Culling Emojis From Font File

Font files that contain emojis can be extremely large depending on how they're encoded. In the case of this site, I opted to use an open-source Apple Emoji file. This font ends up having a size of 45MB which is fine for local use but isn't exactly something you want a user to have to load when they visit your site.

One possible solution to this is instead to use SVGs or some form of image files to represent the emojis. This approach makes using emojis inline a bit harder and more tedious and can make the replacement of the emoji set later on a nuisance.

So let's instead just take a font file containing emojis and create a new one containing only the glyphs we want. That way we can just use the emojis as text anywhere on our site.

Using the command line

To create a font file that's a subset I opted to use fonttools which allows us to do this both via the command line as well as in our script if we need some flexibility.

First, you'll need to install the package using pip via:

pip install fonttools

Then that's it. We can start to use the tool's CLI. To create a font subset we'll use the pyftsubset script that's installed with the package.

pyftsubset [font_path] --unicodes=U+270C,U+1F9E0,...

All we need to do is pass in the font file path as well as a comma-delimited list of the Unicode values representing the emojis and it will spit out a subset font file in our working directory.

Pretty simple. There are a ton of other options as well if you need fine-grain control. All the docs on how to use this script are available here.

Writing a simple script

If instead, you would like to like a custom script to do this we can still use the same fonttools package from Python to do this. Here's a simple one I wrote in that case:

"""Creates subset font based in input glyphs."""
from pathlib import Path
from operator import attrgetter
import argparse
from fontTools import subset

parser = argparse.ArgumentParser(
                    prog='emojicull',
                    description='Creates subset font.')
parser.add_argument('file_path', help='File path to font')
parser.add_argument('text', help='String containing glyphs in output font')
parser.add_argument('-fw',
    help='Forces woff2 output file', required=False, action='store_true')

def main(cargs):
    """Creates subset font based in input glyphs."""
    file_path, wanted_text, force_woff = attrgetter('file_path', 'text', 'fw')(cargs)

    # ensure file exist and is file
    font_file = Path(file_path)
    if not font_file.is_file():
        print(f'Input path { file_path } is not a file')
        return

    extension, font_name = attrgetter('suffix', 'stem')(font_file)

    # create subset of glyphs based on input
    subsetter = subset.Subsetter()
    subsetter.populate(text=wanted_text)

    font = subset.load_font(file_path, subset.Options())

    # create subset and save output font
    output_options = subset.Options()
    if force_woff:
        output_options.set(flavor='woff2')

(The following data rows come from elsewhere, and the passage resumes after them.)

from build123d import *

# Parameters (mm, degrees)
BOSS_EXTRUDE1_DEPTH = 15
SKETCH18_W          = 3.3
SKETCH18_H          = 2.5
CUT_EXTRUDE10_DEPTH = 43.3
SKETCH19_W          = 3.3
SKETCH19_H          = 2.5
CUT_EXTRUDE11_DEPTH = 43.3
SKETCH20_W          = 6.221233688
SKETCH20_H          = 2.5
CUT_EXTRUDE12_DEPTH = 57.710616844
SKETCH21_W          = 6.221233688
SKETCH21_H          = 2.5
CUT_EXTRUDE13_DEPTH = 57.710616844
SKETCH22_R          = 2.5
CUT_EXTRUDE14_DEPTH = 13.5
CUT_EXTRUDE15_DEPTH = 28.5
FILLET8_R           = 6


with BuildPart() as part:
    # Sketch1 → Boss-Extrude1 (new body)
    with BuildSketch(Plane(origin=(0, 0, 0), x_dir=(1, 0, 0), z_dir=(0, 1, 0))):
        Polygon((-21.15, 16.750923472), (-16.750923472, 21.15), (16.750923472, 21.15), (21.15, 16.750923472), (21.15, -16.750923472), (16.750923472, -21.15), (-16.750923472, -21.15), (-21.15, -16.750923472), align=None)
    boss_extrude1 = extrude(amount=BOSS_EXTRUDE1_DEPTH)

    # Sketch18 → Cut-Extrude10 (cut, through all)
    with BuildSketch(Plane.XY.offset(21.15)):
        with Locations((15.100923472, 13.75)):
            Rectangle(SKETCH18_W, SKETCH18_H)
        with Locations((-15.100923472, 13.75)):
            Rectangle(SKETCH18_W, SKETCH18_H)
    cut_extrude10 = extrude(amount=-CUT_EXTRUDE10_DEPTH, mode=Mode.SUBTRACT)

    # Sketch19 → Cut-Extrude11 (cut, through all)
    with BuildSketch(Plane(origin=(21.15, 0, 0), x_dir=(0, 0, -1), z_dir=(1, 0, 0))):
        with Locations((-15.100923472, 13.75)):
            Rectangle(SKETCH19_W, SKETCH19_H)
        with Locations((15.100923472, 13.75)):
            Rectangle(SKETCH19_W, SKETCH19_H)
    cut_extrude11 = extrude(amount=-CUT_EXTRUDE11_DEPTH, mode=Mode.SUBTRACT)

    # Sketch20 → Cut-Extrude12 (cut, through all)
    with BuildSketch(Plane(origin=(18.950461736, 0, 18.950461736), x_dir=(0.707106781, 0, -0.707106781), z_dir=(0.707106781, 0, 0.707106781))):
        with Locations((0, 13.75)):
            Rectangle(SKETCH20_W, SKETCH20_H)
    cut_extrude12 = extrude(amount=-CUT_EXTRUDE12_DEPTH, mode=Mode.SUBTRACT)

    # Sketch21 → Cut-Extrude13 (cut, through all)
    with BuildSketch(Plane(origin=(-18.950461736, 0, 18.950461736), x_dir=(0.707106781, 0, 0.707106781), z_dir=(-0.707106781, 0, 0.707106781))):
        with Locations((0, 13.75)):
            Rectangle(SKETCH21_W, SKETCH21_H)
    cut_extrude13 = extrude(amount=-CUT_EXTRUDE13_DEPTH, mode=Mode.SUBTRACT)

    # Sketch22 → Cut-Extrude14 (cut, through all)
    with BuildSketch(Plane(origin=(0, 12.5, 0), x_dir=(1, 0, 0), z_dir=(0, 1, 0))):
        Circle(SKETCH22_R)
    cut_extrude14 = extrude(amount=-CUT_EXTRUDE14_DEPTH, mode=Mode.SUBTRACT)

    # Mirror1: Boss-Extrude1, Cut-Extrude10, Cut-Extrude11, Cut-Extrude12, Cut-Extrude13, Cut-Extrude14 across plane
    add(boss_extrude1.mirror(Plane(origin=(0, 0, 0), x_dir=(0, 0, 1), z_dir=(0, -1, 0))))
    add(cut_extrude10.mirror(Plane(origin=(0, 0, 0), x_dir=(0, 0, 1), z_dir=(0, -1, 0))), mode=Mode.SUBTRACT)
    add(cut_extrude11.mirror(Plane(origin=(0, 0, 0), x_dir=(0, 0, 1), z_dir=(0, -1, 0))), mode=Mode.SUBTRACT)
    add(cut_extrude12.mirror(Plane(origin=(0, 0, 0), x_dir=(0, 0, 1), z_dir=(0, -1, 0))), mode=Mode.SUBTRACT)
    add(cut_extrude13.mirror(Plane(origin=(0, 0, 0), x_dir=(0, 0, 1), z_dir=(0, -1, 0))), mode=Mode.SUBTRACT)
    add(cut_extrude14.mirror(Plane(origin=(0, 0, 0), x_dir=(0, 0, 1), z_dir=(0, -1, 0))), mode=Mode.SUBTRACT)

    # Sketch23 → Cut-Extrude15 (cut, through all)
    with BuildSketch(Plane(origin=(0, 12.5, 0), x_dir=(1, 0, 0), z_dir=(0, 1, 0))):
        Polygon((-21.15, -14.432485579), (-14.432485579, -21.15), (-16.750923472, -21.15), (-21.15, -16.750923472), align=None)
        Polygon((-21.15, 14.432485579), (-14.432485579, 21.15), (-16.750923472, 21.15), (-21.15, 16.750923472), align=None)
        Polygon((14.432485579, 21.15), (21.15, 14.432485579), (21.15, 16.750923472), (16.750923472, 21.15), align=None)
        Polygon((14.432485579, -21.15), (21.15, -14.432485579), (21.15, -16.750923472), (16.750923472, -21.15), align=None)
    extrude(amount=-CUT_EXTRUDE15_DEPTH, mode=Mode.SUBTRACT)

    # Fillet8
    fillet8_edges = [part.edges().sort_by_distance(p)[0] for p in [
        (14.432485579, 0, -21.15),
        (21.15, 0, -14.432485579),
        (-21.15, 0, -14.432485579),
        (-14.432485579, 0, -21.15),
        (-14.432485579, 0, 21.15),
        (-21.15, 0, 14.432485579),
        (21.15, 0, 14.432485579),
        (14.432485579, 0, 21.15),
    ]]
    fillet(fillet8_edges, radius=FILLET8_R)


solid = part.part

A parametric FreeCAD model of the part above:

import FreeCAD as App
import Part
import Sketcher
from FreeCAD import Vector
Q = App.Units.Quantity


def edges_at(feature, points):
    """Names of the edges that pass closest to the given points."""
    edges = feature.Shape.Edges
    near = lambda p: min(range(len(edges)), key=lambda i: edges[i].distToShape(Part.Vertex(*p))[0])
    return sorted({f"Edge{near(p) + 1}" for p in points})


def add_polygon(sketch, points):
    """Adds a closed chain of lines whose ends are joined by coincident constraints."""
    first, n = sketch.GeometryCount, len(points)
    for a, b in zip(points, points[1:] + points[:1]):
        sketch.addGeometry(Part.LineSegment(App.Vector(*a, 0), App.Vector(*b, 0)), False)
    for i in range(n):
        sketch.addConstraint(Sketcher.Constraint("Coincident", first + i, 2, first + (i + 1) % n, 1))

doc = App.newDocument("Part")
params = doc.addObject("Spreadsheet::Sheet", "Params")
for row, (alias, value) in enumerate([
    ("pad1_length", "15 mm"),
    ("sketch2_width", "3.3 mm"),
    ("sketch2_height", "2.5 mm"),
    ("sketch3_width", "2.5 mm"),
    ("sketch3_height", "3.3 mm"),
    ("sketch4_height", "2.5 mm"),
    ("sketch5_height", "2.5 mm"),
    ("sketch6_diameter", "5 mm"),
    ("sketch7_length", "9.5 mm"),
    ("fillet_radius", "6 mm"),
], start=1):
    params.set(f"A{row}", alias)
    params.set(f"B{row}", "=" + value)
    params.setAlias(f"B{row}", alias)

body = doc.addObject("PartDesign::Body", "Body")

# Sketch on XZ plane
sketch1 = body.newObject("Sketcher::SketchObject", "Sketch")
sketch1.AttachmentSupport = (doc.getObject("XZ_Plane"), [""])
sketch1.MapMode = "FlatFace"
add_polygon(sketch1, [(-16.750923, -21.15), (-21.15, -16.750923), (-21.15, 16.750923), (-16.750923, 21.15), (16.750923, 21.15), (21.15, 16.750923), (21.15, -16.750923), (16.750923, -21.15)])  # lines 0-7
sketch1.addConstraint([
    Sketcher.Constraint("Vertical", 1),
    Sketcher.Constraint("Horizontal", 3),
    Sketcher.Constraint("Vertical", 5),
    Sketcher.Constraint("Horizontal", 7),
    Sketcher.Constraint("Symmetric", 0, 2, 4, 2, -1, 1),
    Sketcher.Constraint("Symmetric", 2, 2, 6, 2, -1, 1),
    Sketcher.Constraint("Perpendicular", 0, 2),
    Sketcher.Constraint("Perpendicular", 2, 4),
    Sketcher.Constraint("Perpendicular", 4, 6),
    Sketcher.Constraint("Horizontal", 1, 2, 4, 2),
    Sketcher.Constraint("Vertical", 3, 2, 6, 2),
    Sketcher.Constraint("Equal", 7, 1),
    Sketcher.Constraint("DistanceX", 1, 2, 4, 2, Q("42.3 mm")),
    Sketcher.Constraint("DistanceX", 3, 1, 3, 2, Q("33.501847 mm")),
])
pad1 = body.newObject("PartDesign::Pad", "Pad")
pad1.Profile = sketch1
pad1.setExpression("Length", "Params.pad1_length")
pad1.Reversed = True

# Sketch on XY plane
sketch2 = body.newObject("Sketcher::SketchObject", "Sketch001")
sketch2.AttachmentSupport = (doc.getObject("XY_Plane"), [""])
sketch2.MapMode = "FlatFace"
sketch2.AttachmentOffset = App.Placement(Vector(0, 0, 21.15), App.Rotation())
add_polygon(sketch2, [(13.450923, 15), (13.450923, 12.5), (16.750923, 12.5), (16.750923, 15)])  # lines 0-3
add_polygon(sketch2, [(-16.750923, 15), (-16.750923, 12.5), (-13.450923, 12.5), (-13.450923, 15)])  # lines 4-7
sketch2.addConstraint([
    Sketcher.Constraint("Vertical", 0),
    Sketcher.Constraint("Horizontal", 1),
    Sketcher.Constraint("Vertical", 2),
    Sketcher.Constraint("Horizontal", 3),
    Sketcher.Constraint("Vertical", 4),
    Sketcher.Constraint("Horizontal", 5),
    Sketcher.Constraint("Vertical", 6),
    Sketcher.Constraint("Horizontal", 7),
    Sketcher.Constraint("Symmetric", 1, 2, 4, 2, -2),
    Sketcher.Constraint("Symmetric", 3, 2, 6, 2, -2),
    Sketcher.Constraint("DistanceX", 1, 1, 1, 2, Q("3.3 mm")),
    Sketcher.Constraint("DistanceY", 0, 2, 0, 1, Q("2.5 mm")),
    Sketcher.Constraint("DistanceY", -1, 1, 2, 2, Q("15 mm")),
    Sketcher.Constraint("DistanceX", -1, 1, 0, 2, Q("13.450923 mm")),
])
sketch2.setExpression("Constraints[18]", "Params.sketch2_width")
sketch2.setExpression("Constraints[19]", "Params.sketch2_height")
pocket1 = body.newObject("PartDesign::Pocket", "Pocket")
pocket1.Profile = sketch2
pocket1.Type = "ThroughAll"

# Sketch on YZ plane
sketch3 = body.newObject("Sketcher::SketchObject", "Sketch002")
sketch3.AttachmentSupport = (doc.getObject("YZ_Plane"), [""])
sketch3.MapMode = "FlatFace"
sketch3.AttachmentOffset = App.Placement(Vector(0, 0, 21.15), App.Rotation())
add_polygon(sketch3, [(15, 16.750923), (12.5, 16.750923), (12.5, 13.450923), (15, 13.450923)])  # lines 0-3
add_polygon(sketch3, [(15, -13.450923), (12.5, -13.450923), (12.5, -16.750923), (15, -16.750923)])  # lines 4-7
sketch3.addConstraint([
    Sketcher.Constraint("Horizontal", 0),
    Sketcher.Constraint("Vertical", 1),
    Sketcher.Constraint("Horizontal", 2),
    Sketcher.Constraint("Vertical", 3),
    Sketcher.Constraint("Horizontal", 4),
    Sketcher.Constraint("Vertical", 5),
    Sketcher.Constraint("Horizontal", 6),
    Sketcher.Constraint("Vertical", 7),
    Sketcher.Constraint("Symmetric", 1, 2, 4, 2, -1),
    Sketcher.Constraint("Symmetric", 3, 2, 6, 2, -1),
    Sketcher.Constraint("DistanceX", 0, 2, 0, 1, Q("2.5 mm")),
    Sketcher.Constraint("DistanceY", 1, 2, 1, 1, Q("3.3 mm")),
    Sketcher.Constraint("DistanceX", -1, 1, 2, 2, Q("15 mm")),
    Sketcher.Constraint("DistanceY", -1, 1, 0, 2, Q("16.750923 mm")),
])
sketch3.setExpression("Constraints[18]", "Params.sketch3_width")
sketch3.setExpression("Constraints[19]", "Params.sketch3_height")
pocket2 = body.newObject("PartDesign::Pocket", "Pocket001")
pocket2.Profile = sketch3
pocket2.Type = "ThroughAll"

    subsetter.subset(font)
    output_ext = ".woff2" if force_woff else extension
    output_path = f'./{font_name}.mini{output_ext}'
    subset.save_font(font, output_path, output_options)

if __name__ == "__main__":
    args = parser.parse_args()
    main(args)

To use this script you'd only need 2 positional arguments in the form of:

python script.py [font_path] 🗓⏰📟☎💻🖱⌨💾💿📺📷...

This script is pretty bare bones but does have some nice stuff like argparse and is expandable if you'd like to instead parse a directory of fonts and cull all the same glyphs from each of them. Also, I opted to use some unneeded items like the attrgetter just because I like its similarity to object destructuring in JavaScript. The above script also has the option to force the newly created subset font to be woff2 encoded so Lighthouse won't complain.